_Problem_
With both ends included, repeat exactly the lines of the entries below from the one containing "v -310.418 -12.75 -17.272" down to the one containing "v -310.049 -9.575 -11.76", and no others.

[Start of section]

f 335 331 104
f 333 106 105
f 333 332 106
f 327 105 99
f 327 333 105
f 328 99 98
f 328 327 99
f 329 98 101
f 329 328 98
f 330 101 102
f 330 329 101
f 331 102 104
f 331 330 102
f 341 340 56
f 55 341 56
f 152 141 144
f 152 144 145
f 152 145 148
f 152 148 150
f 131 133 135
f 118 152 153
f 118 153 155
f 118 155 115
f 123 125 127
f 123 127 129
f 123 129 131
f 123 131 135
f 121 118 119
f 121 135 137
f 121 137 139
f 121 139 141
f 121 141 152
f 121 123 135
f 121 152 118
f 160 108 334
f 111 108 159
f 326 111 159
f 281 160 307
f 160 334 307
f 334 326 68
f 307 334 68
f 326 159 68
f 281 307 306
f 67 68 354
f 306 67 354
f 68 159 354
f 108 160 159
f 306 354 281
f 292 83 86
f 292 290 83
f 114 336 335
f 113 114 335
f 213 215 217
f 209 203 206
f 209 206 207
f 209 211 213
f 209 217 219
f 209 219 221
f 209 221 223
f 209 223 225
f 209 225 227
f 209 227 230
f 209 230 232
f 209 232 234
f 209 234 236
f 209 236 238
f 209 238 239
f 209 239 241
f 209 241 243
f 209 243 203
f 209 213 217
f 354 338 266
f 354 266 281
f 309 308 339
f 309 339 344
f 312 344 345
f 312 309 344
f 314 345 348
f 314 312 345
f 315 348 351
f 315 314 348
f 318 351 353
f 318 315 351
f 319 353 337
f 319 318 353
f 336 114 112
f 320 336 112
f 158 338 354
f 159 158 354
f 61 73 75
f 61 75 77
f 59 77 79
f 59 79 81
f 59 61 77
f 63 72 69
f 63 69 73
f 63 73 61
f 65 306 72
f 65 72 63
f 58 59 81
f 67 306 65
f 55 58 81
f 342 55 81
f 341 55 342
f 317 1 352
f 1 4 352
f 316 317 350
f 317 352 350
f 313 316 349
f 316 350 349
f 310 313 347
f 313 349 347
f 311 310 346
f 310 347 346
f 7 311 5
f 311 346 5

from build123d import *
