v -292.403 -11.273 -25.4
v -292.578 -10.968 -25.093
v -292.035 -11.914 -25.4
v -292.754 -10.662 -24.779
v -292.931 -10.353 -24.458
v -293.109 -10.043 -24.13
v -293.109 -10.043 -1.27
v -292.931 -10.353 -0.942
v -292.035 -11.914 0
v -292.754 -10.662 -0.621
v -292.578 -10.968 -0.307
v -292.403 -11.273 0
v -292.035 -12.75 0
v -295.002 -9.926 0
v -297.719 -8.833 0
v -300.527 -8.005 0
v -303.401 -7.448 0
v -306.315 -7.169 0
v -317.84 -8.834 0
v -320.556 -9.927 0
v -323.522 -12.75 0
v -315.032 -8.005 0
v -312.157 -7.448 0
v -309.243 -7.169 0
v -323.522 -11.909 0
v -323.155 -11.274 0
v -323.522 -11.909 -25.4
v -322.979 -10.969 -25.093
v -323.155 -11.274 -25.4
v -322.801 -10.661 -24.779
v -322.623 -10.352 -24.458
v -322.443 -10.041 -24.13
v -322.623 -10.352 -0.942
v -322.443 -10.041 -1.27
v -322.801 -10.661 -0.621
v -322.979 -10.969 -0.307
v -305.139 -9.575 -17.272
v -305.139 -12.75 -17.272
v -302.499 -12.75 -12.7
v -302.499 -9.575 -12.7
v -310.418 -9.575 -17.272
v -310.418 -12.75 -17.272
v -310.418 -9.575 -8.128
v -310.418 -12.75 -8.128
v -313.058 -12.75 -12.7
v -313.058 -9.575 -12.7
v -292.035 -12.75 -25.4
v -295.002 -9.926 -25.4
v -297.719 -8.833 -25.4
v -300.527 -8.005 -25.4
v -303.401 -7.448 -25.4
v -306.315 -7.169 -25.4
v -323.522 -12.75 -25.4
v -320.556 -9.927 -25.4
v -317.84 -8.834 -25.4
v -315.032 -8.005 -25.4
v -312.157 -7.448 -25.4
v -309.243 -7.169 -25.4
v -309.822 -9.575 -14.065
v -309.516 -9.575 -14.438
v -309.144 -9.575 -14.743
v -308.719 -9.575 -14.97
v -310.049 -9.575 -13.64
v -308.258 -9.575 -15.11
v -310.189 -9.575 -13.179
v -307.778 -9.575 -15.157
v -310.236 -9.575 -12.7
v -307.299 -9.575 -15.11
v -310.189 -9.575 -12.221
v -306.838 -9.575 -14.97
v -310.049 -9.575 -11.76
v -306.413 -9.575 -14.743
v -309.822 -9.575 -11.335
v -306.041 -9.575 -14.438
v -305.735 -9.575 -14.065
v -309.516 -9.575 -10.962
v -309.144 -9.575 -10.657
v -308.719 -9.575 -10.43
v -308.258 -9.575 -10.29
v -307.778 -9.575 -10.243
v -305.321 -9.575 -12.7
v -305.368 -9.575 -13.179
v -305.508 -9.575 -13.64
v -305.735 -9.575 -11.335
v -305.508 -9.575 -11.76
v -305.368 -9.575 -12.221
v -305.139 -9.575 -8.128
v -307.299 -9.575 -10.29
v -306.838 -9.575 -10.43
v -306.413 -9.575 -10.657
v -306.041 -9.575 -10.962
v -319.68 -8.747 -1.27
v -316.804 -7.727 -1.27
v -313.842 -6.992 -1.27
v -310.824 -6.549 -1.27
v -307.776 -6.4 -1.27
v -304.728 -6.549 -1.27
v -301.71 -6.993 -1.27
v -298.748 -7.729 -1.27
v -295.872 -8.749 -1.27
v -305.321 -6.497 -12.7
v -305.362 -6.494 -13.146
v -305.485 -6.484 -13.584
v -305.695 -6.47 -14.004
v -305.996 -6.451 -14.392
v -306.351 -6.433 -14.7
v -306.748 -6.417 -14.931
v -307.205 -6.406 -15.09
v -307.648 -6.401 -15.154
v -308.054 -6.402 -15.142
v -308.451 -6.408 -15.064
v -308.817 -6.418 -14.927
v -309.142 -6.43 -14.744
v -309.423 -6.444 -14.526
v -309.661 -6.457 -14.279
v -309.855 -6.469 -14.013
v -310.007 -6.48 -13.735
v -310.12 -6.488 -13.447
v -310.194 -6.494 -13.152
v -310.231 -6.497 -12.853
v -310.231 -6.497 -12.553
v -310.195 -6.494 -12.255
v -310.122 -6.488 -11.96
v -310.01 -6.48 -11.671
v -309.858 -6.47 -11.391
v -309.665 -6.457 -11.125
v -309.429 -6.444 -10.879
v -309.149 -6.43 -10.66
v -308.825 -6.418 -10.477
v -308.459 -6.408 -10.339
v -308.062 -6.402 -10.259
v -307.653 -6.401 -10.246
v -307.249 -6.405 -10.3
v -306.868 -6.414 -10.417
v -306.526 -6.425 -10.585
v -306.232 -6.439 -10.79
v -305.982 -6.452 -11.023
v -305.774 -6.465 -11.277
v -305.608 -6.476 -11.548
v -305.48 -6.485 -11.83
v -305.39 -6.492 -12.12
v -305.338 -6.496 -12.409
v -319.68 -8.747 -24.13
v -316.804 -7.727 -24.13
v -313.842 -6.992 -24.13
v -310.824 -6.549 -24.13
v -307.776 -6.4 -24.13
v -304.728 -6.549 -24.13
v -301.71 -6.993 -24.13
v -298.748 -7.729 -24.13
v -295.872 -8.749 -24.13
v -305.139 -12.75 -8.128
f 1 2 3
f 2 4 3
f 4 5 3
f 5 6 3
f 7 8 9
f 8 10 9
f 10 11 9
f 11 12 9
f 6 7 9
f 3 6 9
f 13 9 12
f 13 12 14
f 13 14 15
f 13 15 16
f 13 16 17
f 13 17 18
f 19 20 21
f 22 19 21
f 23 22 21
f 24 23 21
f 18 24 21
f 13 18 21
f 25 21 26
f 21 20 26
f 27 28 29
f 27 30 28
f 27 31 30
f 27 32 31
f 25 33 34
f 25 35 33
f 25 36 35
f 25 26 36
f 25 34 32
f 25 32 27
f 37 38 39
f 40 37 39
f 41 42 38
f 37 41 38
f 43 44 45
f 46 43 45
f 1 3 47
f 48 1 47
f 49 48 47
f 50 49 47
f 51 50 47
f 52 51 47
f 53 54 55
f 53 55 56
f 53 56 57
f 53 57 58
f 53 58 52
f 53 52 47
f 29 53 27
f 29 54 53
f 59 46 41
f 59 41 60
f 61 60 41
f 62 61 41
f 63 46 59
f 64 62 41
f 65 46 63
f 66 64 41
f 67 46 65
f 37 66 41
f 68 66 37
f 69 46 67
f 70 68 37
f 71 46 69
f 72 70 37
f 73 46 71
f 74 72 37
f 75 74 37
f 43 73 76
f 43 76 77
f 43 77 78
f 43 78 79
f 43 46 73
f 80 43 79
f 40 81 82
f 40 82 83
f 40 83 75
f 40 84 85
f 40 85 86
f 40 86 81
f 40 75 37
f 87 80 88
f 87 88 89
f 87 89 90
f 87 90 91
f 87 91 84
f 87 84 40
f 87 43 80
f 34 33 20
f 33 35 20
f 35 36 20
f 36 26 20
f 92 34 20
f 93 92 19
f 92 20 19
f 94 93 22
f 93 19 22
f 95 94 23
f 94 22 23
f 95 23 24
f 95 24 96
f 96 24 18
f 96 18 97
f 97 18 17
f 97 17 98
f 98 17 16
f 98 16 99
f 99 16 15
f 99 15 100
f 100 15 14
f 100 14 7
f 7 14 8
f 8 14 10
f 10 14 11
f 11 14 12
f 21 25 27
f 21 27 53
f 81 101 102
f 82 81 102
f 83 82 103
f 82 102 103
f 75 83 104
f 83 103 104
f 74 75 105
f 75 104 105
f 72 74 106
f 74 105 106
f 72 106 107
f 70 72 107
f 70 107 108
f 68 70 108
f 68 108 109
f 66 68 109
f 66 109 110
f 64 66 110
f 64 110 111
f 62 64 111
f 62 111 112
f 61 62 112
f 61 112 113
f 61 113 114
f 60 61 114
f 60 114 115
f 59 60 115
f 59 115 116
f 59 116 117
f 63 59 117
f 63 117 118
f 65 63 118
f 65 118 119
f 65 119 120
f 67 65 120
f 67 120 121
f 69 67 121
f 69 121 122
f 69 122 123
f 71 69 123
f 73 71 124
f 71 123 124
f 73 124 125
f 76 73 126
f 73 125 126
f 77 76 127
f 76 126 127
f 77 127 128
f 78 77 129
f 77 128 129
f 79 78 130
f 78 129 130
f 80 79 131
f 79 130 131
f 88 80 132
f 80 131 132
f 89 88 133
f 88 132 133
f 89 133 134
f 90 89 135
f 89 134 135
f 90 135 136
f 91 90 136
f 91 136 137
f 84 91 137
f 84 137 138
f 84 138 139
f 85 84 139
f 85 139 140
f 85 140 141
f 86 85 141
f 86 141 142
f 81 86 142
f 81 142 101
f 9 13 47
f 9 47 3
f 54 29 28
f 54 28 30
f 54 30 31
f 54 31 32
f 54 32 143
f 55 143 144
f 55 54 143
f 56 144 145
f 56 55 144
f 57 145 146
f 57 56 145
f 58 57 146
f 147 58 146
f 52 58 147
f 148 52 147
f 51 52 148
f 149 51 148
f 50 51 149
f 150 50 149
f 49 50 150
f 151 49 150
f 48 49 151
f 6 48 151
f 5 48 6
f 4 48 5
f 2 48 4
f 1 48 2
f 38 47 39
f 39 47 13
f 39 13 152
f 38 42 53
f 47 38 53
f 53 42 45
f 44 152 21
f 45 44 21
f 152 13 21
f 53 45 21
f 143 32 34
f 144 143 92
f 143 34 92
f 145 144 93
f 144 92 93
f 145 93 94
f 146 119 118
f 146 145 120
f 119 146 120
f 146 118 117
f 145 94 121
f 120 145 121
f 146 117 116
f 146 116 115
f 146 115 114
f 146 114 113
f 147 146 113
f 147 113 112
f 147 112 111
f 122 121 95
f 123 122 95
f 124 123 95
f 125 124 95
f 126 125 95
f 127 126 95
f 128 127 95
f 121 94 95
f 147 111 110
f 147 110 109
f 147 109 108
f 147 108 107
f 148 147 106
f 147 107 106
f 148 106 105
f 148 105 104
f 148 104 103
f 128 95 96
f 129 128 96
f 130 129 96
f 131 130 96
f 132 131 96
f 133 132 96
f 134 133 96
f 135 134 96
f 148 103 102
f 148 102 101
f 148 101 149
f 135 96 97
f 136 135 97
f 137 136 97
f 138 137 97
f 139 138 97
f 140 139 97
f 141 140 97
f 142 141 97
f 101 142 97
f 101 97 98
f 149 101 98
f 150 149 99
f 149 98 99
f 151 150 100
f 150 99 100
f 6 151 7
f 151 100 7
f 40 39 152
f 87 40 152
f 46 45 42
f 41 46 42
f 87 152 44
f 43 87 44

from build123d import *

# Parameters (mm, degrees)
BOSS_EXTRUDE1_DEPTH   = 25.4
CUT_EXTRUDE1_REACH    = 329.931
F_8_CLEARANCE_HOLE1_D = 4.9149
CHAMFER1_SIZE         = 1.275307785
CHAMFER1_SIZE_2       = 1.27
CHAMFER1_SIZE_3       = 0.733234842
CUT_EXTRUDE2_DEPTH    = 3.175


with BuildPart() as part:
    # Sketch1 → Boss-Extrude1 (new body)
    with BuildSketch(Plane.XY):
        with BuildLine():
            Line((-288.860017795, -12.750441382), (-326.696640794, -12.750441382))
            ThreePointArc((-326.696640794, -12.750441382), (-307.778329294, -6.400441382), (-288.860017795, -12.750441382))
        make_face()
    extrude(amount=-BOSS_EXTRUDE1_DEPTH)

    # Sketch2 → Cut-Extrude1 (cut, up to next)
    with BuildSketch(Plane.XY, mode=Mode.PRIVATE) as cut_extrude1_sk1:
        with BuildLine():
            Line((-292.035017795, -12.750441382), (-292.035017795, -10.639114407))
            ThreePointArc((-292.035017795, -10.639114407), (-290.415395998, -11.646473343), (-288.860017795, -12.750441382))
            Line((-288.860017795, -12.750441382), (-292.035017795, -12.750441382))
        make_face()
    cut_extrude1_tool1 = extrude(cut_extrude1_sk1.sketch, amount=-CUT_EXTRUDE1_REACH, mode=Mode.PRIVATE) & part.part
    # Sketch2 → Cut-Extrude1 (cut, up to next)
    with BuildSketch(Plane.XY, mode=Mode.PRIVATE) as cut_extrude1_sk2:
        with BuildLine():
            Line((-323.521640794, -12.750441382), (-326.696640794, -12.750441382))
            ThreePointArc((-326.696640794, -12.750441382), (-325.14126259, -11.646473343), (-323.521640794, -10.639114407))
            Line((-323.521640794, -10.639114407), (-323.521640794, -12.750441382))
        make_face()
    cut_extrude1_tool2 = extrude(cut_extrude1_sk2.sketch, amount=-CUT_EXTRUDE1_REACH, mode=Mode.PRIVATE) & part.part
    add(cut_extrude1_tool1.solids().sort_by_distance((-290.95384, -12.03102, 0))[0], mode=Mode.SUBTRACT)
    add(cut_extrude1_tool2.solids().sort_by_distance((-324.602819, -12.03102, 0))[0], mode=Mode.SUBTRACT)

    # #8 Clearance Hole1 (through all)
    with Locations(Plane(origin=(0, -12.750441382, 0), x_dir=(-1, 0, 0), z_dir=(0, -1, 0))):
        with Locations((307.778329294, 12.7)):
            Hole(F_8_CLEARANCE_HOLE1_D / 2)

    # Chamfer1
    # the kernel refuses this chamfer: 1.275307785, 1.27, 0.733234842 mm, written as the material it takes off along each edge
    with BuildSketch(Plane(origin=(-292.035017795, -10.639114407, 3.299478256), x_dir=(-0.8744921081912179, 0.4850397434347821, 0), z_dir=(0, 0, -1))) as chamfer1_piece_1:
        with BuildLine():
            Line((1.228549666, 0), (-CHAMFER1_SIZE * 0.485039743592, -CHAMFER1_SIZE * 0.874492108474))
            Line((-CHAMFER1_SIZE * 0.485039743592, -CHAMFER1_SIZE * 0.874492108474), (0, 0))
            ThreePointArc((0, 0), (0.636104744, 0.006009849), (1.228549666, 0))
        make_face()
    extrude(amount=31.998956511, mode=Mode.SUBTRACT)
    with BuildSketch(Plane(origin=(-323.521640794, -10.639114407, 3.286063629), x_dir=(0.8745288770995413, 0.4849734457875147, 0), z_dir=(0, 0, -1))) as chamfer1_piece_2:
        with BuildLine():
            Line((1.233303065, 0), (-CHAMFER1_SIZE_2 * 0.484973445787, CHAMFER1_SIZE_2 * 0.8745288771))
            Line((-CHAMFER1_SIZE_2 * 0.484973445787, CHAMFER1_SIZE_2 * 0.8745288771), (0, 0))
            ThreePointArc((0, 0), (0.638512102, -0.006056486), (1.233303065, 0))
        make_face()
    extrude(amount=31.972127259, mode=Mode.SUBTRACT)
    # the kernel refuses this chamfer: 1.275307785, 1.27, 0.733234842 mm, written as the material it takes off along each edge
    with BuildSketch(Plane(origin=(-307.778329294, -37.756741382, -25.4), x_dir=(-0.5575773235938082, 0.8301250075825723, 0), z_dir=(-0.8301250075825723, -0.5575773235938082, 0))) as chamfer1_2_piece_1:
        Polygon((31.3563, -CHAMFER1_SIZE_2), (31.3563 - CHAMFER1_SIZE_3, 0), (31.3563, 0), align=None)
    revolve(axis=Axis((-307.778329294, -37.756741382, -25.4), (0, 0, -1)), revolution_arc=67.785524428, mode=Mode.SUBTRACT)
    with BuildSketch(Plane(origin=(-307.778329294, -37.756741382, 0), x_dir=(-0.5575773235938082, 0.8301250075825723, 0), z_dir=(-0.8301250075825723, -0.5575773235938082, 0))) as chamfer1_2_piece_2:
        Polygon((31.3563, CHAMFER1_SIZE_2), (31.3563 - CHAMFER1_SIZE_3, 0), (31.3563, 0), align=None)
    revolve(axis=Axis((-307.778329294, -37.756741382, 0), (0, 0, -1)), revolution_arc=67.785524428, mode=Mode.SUBTRACT)

    # Sketch5 → Cut-Extrude2 (cut)
    with BuildSketch(Plane.XZ.offset(12.750441382)):
        Polygon((-310.417974725, -17.272), (-305.138683864, -17.272), (-302.499038433, -12.7), (-305.138683864, -8.128), (-310.417974725, -8.128), (-313.057620156, -12.7), align=None)
    extrude(amount=-CUT_EXTRUDE2_DEPTH, mode=Mode.SUBTRACT)


solid = part.part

[End of section]

_Result of the task_
v -310.418 -12.75 -17.272
v -310.418 -9.575 -8.128
v -310.418 -12.75 -8.128
v -313.058 -12.75 -12.7
v -313.058 -9.575 -12.7
v -292.035 -12.75 -25.4
v -295.002 -9.926 -25.4
v -297.719 -8.833 -25.4
v -300.527 -8.005 -25.4
v -303.401 -7.448 -25.4
v -306.315 -7.169 -25.4
v -323.522 -12.75 -25.4
v -320.556 -9.927 -25.4
v -317.84 -8.834 -25.4
v -315.032 -8.005 -25.4
v -312.157 -7.448 -25.4
v -309.243 -7.169 -25.4
v -309.822 -9.575 -14.065
v -309.516 -9.575 -14.438
v -309.144 -9.575 -14.743
v -308.719 -9.575 -14.97
v -310.049 -9.575 -13.64
v -308.258 -9.575 -15.11
v -310.189 -9.575 -13.179
v -307.778 -9.575 -15.157
v -310.236 -9.575 -12.7
v -307.299 -9.575 -15.11
v -310.189 -9.575 -12.221
v -306.838 -9.575 -14.97
v -310.049 -9.575 -11.76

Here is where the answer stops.